SECURITIES AND EXCHANGE COMMISSION

Washington, D.C. 20549

 

FORM 8-K

 

CURRENT REPORT

 

Pursuant to Section 13 or 15(d) of the Securities Exchange Act of 1934

 

Date of Report (date of earliest event reported): November 30, 2022

 

Oncocyte Corporation

(Exact name of registrant as specified in its charter)

 

California   1-37648   27-1041563
(State or other jurisdiction   (Commission   (IRS Employer
of incorporation)   File Number)   Identification No.)

 

15 Cushing

Irvine, California 92618

(Address of principal executive offices)

 

(949) 409-7600

(Registrant’s telephone number, including area code)

 

Securities registered pursuant to Section 12(b) of the Exchange Act:

 

Title of each class   Trading Symbol   Name of each exchange on which registered
Common Stock, no par value   OCX   The Nasdaq Stock Market LLC

 

Check the appropriate box below if the Form 8-K filing is intended to simultaneously satisfy the filing obligation of the registrant under any of the following provisions:

 

Written communications pursuant to Rule 425 under the Securities Act (17 CFR 230.425)
   
Soliciting material pursuant to Rule 14a-12 under the Exchange Act (17 CFR 240.14a-12)
   
Pre-commencement communications pursuant to Rule 14d-2(b) under the Exchange Act (17 CFR 240.14d-2(b))
   
Pre-commencement communications pursuant to Rule 13e-4(c) under the Exchange Act (17 CFR 240.13e-4(c))

 

Indicate by check mark whether the registrant is an emerging growth company as defined in Rule 405 of the Securities Act of 1933 (§230.405 of this chapter) or Rule 12b-2 of the Securities Exchange Act of 1934 (§240.12b-2 of this chapter).

 

Emerging growth company

 

If an emerging growth company, indicate by check mark if the registrant has elected not to use the extended transition period for complying with any new or revised financial accounting standards provided pursuant to Section 13(a) of the Exchange Act. ☐

 

 

 

 

 

 

Item 5.02 - Departure of Directors or Certain Officers; Election of Directors; Appointment of Certain Officers; Compensatory Arrangements of Certain Officers.

 

Executive Leadership Changes

 

On November 30, 2022, Oncocyte Corporation (the “Company”) issued a press release announcing that Ronald Andrews will step down from his role as President and Chief Executive Officer and director of the Board of Directors of the Company (the “Board”), effective as of December 1, 2022, and the appointment of Joshua Riggs as Interim Chief Executive Officer of the Company, effective as of December 2, 2022. A copy of the press release is filed as Exhibit 99.1 hereto and incorporated herein by reference.

 

CEO Separation and Release Agreement

 

In connection with Mr.
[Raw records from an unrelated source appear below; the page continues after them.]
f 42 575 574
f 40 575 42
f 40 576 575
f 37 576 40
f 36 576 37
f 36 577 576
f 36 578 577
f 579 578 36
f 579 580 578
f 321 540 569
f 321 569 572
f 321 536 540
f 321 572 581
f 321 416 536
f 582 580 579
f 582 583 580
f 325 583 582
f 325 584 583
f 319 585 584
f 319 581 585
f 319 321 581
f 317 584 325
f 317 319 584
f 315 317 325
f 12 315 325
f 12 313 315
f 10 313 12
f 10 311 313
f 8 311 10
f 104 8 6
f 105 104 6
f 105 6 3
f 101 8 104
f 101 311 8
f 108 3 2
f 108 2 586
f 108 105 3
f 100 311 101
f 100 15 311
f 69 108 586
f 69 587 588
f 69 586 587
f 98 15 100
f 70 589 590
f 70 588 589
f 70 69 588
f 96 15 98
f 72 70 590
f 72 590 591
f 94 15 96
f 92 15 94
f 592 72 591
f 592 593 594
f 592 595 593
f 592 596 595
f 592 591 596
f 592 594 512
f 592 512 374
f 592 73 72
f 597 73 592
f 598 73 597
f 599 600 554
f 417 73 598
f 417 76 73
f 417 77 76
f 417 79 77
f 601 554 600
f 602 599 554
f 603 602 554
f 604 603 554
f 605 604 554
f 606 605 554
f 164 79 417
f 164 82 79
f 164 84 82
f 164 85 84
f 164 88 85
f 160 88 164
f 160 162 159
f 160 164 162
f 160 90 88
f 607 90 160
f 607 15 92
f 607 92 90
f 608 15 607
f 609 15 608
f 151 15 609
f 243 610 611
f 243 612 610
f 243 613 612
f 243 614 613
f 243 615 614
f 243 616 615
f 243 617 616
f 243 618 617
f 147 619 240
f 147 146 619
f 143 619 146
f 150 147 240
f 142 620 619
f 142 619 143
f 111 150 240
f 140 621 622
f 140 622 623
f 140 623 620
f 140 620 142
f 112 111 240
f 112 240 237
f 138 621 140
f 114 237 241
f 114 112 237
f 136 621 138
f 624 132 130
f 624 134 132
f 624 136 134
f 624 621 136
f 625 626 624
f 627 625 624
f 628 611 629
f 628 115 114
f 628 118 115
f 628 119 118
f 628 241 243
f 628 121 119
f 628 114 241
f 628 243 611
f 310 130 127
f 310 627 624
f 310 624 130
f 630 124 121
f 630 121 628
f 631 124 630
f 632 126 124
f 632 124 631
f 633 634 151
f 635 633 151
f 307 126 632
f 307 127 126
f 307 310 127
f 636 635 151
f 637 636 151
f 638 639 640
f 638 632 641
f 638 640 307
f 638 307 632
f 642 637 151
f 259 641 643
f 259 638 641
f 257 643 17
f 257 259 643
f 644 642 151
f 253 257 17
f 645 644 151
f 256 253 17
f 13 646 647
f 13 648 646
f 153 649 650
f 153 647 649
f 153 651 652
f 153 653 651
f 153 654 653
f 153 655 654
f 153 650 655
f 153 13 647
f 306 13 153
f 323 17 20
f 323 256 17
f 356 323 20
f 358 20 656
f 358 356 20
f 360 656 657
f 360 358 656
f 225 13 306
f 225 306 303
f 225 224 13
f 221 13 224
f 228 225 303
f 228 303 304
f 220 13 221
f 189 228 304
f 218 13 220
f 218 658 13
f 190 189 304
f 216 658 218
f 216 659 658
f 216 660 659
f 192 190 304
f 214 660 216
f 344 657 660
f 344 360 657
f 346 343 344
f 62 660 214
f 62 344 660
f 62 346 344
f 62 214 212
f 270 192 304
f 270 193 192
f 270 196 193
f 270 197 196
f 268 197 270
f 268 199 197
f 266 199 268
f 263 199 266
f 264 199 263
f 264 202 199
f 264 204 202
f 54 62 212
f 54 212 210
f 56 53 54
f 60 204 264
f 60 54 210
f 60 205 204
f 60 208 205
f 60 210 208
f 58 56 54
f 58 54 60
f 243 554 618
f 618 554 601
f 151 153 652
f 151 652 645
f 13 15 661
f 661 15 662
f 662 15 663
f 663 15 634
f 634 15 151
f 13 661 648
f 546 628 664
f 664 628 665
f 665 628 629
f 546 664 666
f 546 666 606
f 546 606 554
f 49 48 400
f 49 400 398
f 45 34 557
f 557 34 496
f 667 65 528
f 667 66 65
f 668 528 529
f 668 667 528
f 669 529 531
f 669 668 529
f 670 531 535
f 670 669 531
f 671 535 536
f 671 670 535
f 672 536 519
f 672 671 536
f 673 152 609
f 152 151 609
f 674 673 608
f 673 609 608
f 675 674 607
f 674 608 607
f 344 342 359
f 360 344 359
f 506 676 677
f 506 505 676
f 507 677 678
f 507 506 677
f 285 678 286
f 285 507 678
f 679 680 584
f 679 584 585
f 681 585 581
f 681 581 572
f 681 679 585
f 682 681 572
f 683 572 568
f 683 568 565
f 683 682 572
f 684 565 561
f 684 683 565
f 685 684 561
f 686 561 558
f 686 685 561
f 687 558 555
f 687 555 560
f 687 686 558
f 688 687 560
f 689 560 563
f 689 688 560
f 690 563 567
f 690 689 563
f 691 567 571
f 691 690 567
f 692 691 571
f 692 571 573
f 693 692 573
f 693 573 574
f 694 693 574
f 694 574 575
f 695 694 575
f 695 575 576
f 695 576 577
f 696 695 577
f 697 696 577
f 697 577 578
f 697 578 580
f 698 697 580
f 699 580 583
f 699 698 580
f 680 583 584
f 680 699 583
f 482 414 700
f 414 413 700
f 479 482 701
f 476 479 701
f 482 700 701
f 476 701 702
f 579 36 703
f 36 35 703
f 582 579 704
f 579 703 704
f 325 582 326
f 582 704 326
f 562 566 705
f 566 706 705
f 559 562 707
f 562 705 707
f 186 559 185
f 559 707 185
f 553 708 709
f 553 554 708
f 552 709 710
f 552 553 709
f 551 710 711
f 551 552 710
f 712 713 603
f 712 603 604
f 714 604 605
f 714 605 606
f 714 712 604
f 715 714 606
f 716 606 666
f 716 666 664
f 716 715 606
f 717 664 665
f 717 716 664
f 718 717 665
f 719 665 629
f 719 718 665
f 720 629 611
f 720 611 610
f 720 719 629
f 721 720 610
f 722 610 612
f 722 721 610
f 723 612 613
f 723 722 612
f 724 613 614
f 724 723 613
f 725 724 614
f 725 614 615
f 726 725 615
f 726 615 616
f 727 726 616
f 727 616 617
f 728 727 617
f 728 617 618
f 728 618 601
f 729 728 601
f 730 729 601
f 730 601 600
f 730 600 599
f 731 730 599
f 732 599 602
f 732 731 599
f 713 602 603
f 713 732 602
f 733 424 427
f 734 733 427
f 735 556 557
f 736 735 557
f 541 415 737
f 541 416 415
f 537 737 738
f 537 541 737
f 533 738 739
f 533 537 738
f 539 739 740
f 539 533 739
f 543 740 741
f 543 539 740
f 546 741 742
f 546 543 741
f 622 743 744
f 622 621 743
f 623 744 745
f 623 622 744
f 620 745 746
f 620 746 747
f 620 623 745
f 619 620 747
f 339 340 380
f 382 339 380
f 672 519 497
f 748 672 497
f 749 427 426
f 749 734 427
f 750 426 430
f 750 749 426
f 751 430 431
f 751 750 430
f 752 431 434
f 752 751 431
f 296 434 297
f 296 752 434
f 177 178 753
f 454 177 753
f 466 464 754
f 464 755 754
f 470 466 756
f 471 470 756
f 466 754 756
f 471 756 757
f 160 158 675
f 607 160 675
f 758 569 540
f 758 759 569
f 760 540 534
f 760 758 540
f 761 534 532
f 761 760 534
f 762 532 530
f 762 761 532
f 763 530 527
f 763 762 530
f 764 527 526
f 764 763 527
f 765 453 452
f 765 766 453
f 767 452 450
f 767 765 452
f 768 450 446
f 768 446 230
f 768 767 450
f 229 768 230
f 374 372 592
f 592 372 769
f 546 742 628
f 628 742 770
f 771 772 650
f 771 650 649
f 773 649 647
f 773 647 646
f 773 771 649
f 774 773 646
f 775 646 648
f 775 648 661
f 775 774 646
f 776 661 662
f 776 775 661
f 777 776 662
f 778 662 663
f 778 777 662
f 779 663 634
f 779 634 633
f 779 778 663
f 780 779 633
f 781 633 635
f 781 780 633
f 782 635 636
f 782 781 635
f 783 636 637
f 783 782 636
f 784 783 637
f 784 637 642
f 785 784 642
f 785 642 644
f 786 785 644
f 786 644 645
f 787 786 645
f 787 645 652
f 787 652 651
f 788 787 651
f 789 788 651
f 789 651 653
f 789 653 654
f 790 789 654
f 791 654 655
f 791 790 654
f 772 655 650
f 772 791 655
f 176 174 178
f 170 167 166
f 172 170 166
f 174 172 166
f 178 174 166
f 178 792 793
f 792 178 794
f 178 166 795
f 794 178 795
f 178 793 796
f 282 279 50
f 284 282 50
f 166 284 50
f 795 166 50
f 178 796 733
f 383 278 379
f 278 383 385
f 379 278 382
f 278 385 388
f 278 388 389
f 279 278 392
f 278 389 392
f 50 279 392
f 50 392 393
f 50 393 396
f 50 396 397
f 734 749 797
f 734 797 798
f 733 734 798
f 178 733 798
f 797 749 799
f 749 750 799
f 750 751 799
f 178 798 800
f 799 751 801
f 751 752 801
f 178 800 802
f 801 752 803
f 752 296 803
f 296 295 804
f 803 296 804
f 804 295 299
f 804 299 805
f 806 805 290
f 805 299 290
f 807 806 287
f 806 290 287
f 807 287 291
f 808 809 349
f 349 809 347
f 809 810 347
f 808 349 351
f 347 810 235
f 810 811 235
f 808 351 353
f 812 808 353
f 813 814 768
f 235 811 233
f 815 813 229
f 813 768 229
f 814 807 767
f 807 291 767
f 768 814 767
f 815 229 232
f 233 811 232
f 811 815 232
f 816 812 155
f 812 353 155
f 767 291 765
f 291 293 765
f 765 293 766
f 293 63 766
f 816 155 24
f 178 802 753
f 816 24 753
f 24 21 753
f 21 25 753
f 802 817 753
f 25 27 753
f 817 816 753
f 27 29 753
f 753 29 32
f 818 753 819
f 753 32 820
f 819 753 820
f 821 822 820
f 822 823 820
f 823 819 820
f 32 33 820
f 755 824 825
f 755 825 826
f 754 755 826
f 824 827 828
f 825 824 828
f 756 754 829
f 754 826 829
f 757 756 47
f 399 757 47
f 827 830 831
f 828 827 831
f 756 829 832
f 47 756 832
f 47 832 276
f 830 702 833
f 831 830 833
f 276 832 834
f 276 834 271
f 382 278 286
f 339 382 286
Andrews’ departure, the Company and Mr. Andrews entered into a separation agreement and general release of all claims, dated December 1, 2022 (the “Separation Agreement”). The Separation Agreement provides that Mr. Andrews will receive benefits, consisting of (i) a cash severance amount of $500,000, which is payable over twelve (12) months in substantially equal installments following December 1, 2022 (the “Andrews Effective Date”), (ii) a payment of twelve (12) months of premium costs of group health plan continuation coverage in the total amount of $40,128, which is payable in a lump sum payment on the thirtieth day following the Andrews Effective Date, (iii) accelerated vesting of Mr. Andrews’ unvested time-based stock options and restricted stock unit awards that were scheduled to vest based solely on the passage of time during the twelve (12) month period following the Andrews Effective Date, and (iv) accelerated vesting of 481,250 performance-based stock options and 200,000 performance-based restricted stock units.

 

As part of the Separation Agreement, Mr. Andrews agreed to a general release of all claims against the Company and certain related entities. The Separation Agreement confirms that (x) certain provisions contained in Mr. Andrews’ employment agreement with the Company, dated June 4, 2019, and change in control and severance plan agreement, effective as of March 1, 2020, including a twelve (12) month post-Andrews Effective Date non-solicit covenant, and (y) Mr. Andrews’ employee confidential information and inventions assignment agreement with the Company, effective July 1, 2019, in each case, shall remain in full force and effect. The Separation Agreement also contains customary terms applicable to the departure of an executive of the Company, including mutual non-disparagement.

 

In addition, to ensure a smooth transition, the Company and Mr. Andrews entered into a consulting agreement, dated as of December 1, 2022 (the “Consulting Agreement”), pursuant to which Mr. Andrews will provide non-employee consulting and advisory services to the Company, on a non-exclusive basis, from December 2, 2022 until February 28, 2023. The Consulting Agreement provides that in consideration of the services, on the third business day following December 2, 2022, Mr. Andrews will receive a grant of stock options to purchase 50,000 shares of the Company’s common stock, issued in accordance with the Company’s 2018 Equity Incentive Plan, as amended from time to time (the “Plan”), which options shall vest in three equal monthly installments over the consulting term, subject to Mr. Andrews’ continued compliance with any restrictive covenants by which he may be bound and continued provision of services on each applicable vesting date; provided, that if the if the Company terminates the Consulting Agreement prior to February 28, 2023, any unvested options will vest. Either party may terminate the Consulting Agreement for any reason upon ten (10) days’ written notice

 

The Consulting Options will be granted at an exercise price per share equal to [the closing market price of the Company’s common stock on the day preceding the grant date]. Except to the extent that provisions of the Plan relating to termination of continuous service as a service provider apply to the termination of options, to the extent not exercised, the options will expire ten years from the effective date of grant. The Consulting Options will be subject to the terms and conditions of a stock option agreement and the Plan.

 

 

 

 

Interim CEO Appointment and Agreement

 

Mr. Riggs, age 40, has served as the Company’s General Manager, Transplant since July 2022 and was the Company’s Senior Director Business Development from August 2020 until September 2022. From January 2015 to August 2020, Mr. Riggs was the founder and principal of Intelliger Consulting, an organization devoted to consumer driven healthcare, and from January 2016 to July 2020, he was a principal at Bethesda Group, LLC, a boutique consulting group focused on helping small and mid-stage diagnostic companies and investment groups move emerging diagnostic content and platforms to market.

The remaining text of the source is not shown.